§ INSTRUCTIONS FOR THE TASK:
Look through the material below. Copy every line with the string "both" in it.
============================================================
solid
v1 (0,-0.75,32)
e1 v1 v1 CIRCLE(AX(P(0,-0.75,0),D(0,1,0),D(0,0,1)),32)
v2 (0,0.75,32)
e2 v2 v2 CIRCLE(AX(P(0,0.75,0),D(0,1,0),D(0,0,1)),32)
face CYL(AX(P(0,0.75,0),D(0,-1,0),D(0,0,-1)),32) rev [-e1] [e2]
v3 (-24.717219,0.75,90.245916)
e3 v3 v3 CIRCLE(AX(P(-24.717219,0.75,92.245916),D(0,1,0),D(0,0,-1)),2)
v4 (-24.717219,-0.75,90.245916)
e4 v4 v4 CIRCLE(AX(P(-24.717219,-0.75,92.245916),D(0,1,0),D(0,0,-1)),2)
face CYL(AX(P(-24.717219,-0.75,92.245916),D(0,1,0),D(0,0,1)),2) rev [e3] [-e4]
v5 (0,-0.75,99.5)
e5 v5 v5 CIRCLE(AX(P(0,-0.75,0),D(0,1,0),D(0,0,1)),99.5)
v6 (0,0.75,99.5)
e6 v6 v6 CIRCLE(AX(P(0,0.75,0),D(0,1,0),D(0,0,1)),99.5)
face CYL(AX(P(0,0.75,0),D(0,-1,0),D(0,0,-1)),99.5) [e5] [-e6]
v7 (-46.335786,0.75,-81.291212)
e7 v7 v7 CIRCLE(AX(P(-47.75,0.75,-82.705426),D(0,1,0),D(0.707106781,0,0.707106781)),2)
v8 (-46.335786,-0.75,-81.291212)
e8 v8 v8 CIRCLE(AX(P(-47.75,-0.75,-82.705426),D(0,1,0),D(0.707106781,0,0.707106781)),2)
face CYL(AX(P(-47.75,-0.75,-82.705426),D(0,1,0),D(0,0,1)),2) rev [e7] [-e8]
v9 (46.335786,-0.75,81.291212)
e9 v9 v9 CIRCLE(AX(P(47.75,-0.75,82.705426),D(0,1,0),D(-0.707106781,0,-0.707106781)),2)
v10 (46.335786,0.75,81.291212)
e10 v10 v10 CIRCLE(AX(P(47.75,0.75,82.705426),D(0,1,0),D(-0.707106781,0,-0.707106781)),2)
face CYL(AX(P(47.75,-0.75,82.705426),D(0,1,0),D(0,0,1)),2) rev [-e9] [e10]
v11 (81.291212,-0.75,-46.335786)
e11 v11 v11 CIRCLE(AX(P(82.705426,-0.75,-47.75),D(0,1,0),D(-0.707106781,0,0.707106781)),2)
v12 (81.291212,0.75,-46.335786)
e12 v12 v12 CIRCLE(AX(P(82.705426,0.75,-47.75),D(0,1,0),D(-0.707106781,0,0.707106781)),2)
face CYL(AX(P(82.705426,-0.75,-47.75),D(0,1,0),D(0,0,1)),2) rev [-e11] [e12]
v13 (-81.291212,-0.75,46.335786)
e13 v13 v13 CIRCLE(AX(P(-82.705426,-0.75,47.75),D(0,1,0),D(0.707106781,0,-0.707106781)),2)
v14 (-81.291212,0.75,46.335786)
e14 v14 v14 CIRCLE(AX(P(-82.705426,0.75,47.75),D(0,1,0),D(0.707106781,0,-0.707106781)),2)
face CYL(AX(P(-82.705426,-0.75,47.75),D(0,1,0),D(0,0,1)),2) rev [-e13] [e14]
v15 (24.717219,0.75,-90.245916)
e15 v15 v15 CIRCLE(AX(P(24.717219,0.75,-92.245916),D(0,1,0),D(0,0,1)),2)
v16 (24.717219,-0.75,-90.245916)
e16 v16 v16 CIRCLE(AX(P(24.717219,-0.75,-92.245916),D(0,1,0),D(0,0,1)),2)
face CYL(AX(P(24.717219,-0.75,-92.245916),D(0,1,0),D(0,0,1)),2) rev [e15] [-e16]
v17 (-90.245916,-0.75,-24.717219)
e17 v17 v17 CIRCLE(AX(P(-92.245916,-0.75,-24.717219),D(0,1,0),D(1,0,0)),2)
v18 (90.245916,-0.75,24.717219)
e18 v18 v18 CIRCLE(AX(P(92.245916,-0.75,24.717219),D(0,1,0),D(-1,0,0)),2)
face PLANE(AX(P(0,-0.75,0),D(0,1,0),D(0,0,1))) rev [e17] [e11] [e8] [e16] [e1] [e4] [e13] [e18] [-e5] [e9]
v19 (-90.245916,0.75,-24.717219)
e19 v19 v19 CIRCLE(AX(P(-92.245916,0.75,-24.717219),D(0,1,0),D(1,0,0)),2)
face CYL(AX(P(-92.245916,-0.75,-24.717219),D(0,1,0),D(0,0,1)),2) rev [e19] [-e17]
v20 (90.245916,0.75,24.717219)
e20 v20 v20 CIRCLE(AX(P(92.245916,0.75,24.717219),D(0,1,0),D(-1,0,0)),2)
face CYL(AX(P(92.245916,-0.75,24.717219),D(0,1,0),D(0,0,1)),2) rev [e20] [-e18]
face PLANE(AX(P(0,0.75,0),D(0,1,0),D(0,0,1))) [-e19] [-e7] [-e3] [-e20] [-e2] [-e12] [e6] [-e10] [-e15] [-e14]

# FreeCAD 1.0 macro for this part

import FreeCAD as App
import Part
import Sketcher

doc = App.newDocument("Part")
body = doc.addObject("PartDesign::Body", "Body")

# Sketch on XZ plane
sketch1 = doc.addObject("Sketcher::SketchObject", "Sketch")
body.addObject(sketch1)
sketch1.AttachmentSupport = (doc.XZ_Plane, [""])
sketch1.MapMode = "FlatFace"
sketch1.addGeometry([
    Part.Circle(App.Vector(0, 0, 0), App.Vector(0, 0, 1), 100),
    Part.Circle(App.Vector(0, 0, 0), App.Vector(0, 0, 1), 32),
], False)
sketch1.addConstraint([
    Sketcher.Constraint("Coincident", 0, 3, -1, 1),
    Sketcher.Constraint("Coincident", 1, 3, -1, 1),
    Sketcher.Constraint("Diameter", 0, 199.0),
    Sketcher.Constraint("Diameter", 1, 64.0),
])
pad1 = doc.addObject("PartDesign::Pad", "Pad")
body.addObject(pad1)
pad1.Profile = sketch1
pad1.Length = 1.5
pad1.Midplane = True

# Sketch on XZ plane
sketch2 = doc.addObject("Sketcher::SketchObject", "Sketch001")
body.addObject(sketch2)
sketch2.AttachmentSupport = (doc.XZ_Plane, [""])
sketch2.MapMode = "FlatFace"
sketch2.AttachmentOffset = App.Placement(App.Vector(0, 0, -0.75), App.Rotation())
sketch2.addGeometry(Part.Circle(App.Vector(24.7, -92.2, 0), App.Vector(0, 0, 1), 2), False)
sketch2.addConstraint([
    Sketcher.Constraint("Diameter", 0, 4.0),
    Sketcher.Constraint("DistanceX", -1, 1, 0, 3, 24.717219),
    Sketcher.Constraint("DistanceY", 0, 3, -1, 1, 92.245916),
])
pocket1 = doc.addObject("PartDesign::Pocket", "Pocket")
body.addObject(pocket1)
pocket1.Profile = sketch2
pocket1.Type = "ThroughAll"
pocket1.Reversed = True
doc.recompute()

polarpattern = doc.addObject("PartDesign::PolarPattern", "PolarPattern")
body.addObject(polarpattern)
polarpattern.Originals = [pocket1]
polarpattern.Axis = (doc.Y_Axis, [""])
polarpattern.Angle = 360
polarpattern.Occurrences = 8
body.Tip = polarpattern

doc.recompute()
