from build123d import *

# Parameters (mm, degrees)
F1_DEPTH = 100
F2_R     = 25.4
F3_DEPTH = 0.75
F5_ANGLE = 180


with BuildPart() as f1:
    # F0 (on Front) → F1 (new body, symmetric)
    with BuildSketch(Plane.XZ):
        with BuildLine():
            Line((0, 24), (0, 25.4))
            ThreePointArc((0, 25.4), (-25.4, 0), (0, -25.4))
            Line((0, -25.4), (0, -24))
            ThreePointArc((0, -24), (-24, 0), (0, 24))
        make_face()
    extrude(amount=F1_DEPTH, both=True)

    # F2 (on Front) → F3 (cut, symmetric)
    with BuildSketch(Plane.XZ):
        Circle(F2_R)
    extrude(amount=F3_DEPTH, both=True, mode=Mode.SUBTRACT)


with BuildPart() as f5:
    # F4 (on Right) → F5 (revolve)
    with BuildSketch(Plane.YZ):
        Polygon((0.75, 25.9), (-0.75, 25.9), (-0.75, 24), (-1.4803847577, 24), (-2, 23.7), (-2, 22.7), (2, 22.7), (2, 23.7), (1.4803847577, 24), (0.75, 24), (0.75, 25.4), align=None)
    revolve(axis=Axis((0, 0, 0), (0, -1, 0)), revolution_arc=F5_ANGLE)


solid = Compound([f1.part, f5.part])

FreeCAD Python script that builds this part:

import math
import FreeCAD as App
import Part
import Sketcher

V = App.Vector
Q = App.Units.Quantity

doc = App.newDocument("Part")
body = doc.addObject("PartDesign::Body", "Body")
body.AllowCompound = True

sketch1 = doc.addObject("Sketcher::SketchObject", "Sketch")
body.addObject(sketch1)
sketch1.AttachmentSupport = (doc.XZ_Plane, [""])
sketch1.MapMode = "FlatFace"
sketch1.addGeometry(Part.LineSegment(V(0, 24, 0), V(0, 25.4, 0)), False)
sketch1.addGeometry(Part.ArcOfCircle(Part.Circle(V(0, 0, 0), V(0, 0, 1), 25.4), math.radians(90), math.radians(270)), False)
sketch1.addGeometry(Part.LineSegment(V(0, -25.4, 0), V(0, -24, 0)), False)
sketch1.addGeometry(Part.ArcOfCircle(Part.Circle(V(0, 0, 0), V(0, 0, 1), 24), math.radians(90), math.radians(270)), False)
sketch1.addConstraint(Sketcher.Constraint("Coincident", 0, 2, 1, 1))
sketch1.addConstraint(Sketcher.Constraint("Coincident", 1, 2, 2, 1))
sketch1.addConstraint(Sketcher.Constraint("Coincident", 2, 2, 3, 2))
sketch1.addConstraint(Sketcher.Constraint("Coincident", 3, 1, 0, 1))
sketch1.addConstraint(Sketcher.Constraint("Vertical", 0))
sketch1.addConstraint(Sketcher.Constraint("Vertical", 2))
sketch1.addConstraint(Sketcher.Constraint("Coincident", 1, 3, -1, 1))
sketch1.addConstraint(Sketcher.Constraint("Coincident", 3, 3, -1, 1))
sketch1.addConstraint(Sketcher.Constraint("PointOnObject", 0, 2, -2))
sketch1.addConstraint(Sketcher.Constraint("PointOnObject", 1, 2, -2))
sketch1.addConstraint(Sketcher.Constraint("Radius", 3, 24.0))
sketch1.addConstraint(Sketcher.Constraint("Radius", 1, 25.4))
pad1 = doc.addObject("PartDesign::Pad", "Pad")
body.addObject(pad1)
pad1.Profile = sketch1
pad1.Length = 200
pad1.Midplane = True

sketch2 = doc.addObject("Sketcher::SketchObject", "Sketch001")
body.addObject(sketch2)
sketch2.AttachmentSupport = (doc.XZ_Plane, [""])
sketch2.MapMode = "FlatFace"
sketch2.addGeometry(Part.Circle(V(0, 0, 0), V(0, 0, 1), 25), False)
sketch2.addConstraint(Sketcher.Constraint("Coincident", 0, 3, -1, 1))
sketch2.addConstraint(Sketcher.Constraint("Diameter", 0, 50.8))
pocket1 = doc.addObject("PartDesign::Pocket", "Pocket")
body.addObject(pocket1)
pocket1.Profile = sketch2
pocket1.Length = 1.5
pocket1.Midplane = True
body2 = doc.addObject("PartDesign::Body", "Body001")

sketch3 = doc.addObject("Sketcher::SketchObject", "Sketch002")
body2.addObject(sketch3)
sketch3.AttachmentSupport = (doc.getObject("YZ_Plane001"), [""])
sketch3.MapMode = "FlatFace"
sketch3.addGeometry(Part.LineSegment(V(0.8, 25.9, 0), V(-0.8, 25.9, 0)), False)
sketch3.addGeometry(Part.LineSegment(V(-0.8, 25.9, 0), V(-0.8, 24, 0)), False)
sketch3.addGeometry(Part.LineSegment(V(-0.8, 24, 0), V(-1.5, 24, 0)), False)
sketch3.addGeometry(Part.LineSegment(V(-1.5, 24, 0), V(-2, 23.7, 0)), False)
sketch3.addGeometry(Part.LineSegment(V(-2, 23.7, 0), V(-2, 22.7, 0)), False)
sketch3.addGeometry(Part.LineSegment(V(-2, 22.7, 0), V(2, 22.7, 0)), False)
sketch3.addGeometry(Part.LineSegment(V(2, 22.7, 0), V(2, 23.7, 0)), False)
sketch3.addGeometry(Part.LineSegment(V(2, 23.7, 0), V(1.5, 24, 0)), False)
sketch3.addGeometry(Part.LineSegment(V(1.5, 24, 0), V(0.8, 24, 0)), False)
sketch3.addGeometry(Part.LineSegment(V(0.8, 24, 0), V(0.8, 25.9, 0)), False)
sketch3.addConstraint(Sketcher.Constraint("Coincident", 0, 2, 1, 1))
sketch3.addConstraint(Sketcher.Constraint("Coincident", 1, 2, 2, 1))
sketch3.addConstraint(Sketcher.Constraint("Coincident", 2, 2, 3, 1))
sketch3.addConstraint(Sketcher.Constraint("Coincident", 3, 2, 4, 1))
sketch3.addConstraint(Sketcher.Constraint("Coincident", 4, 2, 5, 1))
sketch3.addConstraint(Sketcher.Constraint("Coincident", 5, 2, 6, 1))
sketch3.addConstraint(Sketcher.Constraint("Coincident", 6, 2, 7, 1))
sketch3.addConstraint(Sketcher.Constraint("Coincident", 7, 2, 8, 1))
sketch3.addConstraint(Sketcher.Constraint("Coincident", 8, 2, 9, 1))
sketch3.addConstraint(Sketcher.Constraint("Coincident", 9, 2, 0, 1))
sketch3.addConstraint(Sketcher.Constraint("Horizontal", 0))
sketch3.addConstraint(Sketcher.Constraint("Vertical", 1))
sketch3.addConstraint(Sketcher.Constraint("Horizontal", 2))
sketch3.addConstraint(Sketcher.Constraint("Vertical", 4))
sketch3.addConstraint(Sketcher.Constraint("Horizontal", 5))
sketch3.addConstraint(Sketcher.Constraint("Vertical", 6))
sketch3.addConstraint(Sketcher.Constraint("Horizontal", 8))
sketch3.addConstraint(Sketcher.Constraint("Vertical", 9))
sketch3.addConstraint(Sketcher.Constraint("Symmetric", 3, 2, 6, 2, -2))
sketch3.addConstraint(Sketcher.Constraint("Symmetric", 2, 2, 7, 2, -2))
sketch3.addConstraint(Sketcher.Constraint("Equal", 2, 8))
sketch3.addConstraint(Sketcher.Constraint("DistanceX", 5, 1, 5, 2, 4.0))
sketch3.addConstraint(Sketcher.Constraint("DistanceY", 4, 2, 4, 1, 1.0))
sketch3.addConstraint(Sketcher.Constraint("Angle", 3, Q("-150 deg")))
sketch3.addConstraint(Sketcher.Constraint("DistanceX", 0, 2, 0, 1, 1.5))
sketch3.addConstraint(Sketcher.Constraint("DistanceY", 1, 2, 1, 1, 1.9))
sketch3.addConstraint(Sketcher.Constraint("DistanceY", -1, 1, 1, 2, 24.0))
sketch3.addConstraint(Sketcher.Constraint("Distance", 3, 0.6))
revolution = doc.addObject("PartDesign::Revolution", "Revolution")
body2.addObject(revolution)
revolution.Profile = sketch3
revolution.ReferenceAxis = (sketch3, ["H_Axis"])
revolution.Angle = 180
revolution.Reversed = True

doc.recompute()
============================================================
§ OUTPUT OF THE EXERCISE:
    extrude(amount=F1_DEPTH, both=True)
    extrude(amount=F3_DEPTH, both=True, mode=Mode.SUBTRACT)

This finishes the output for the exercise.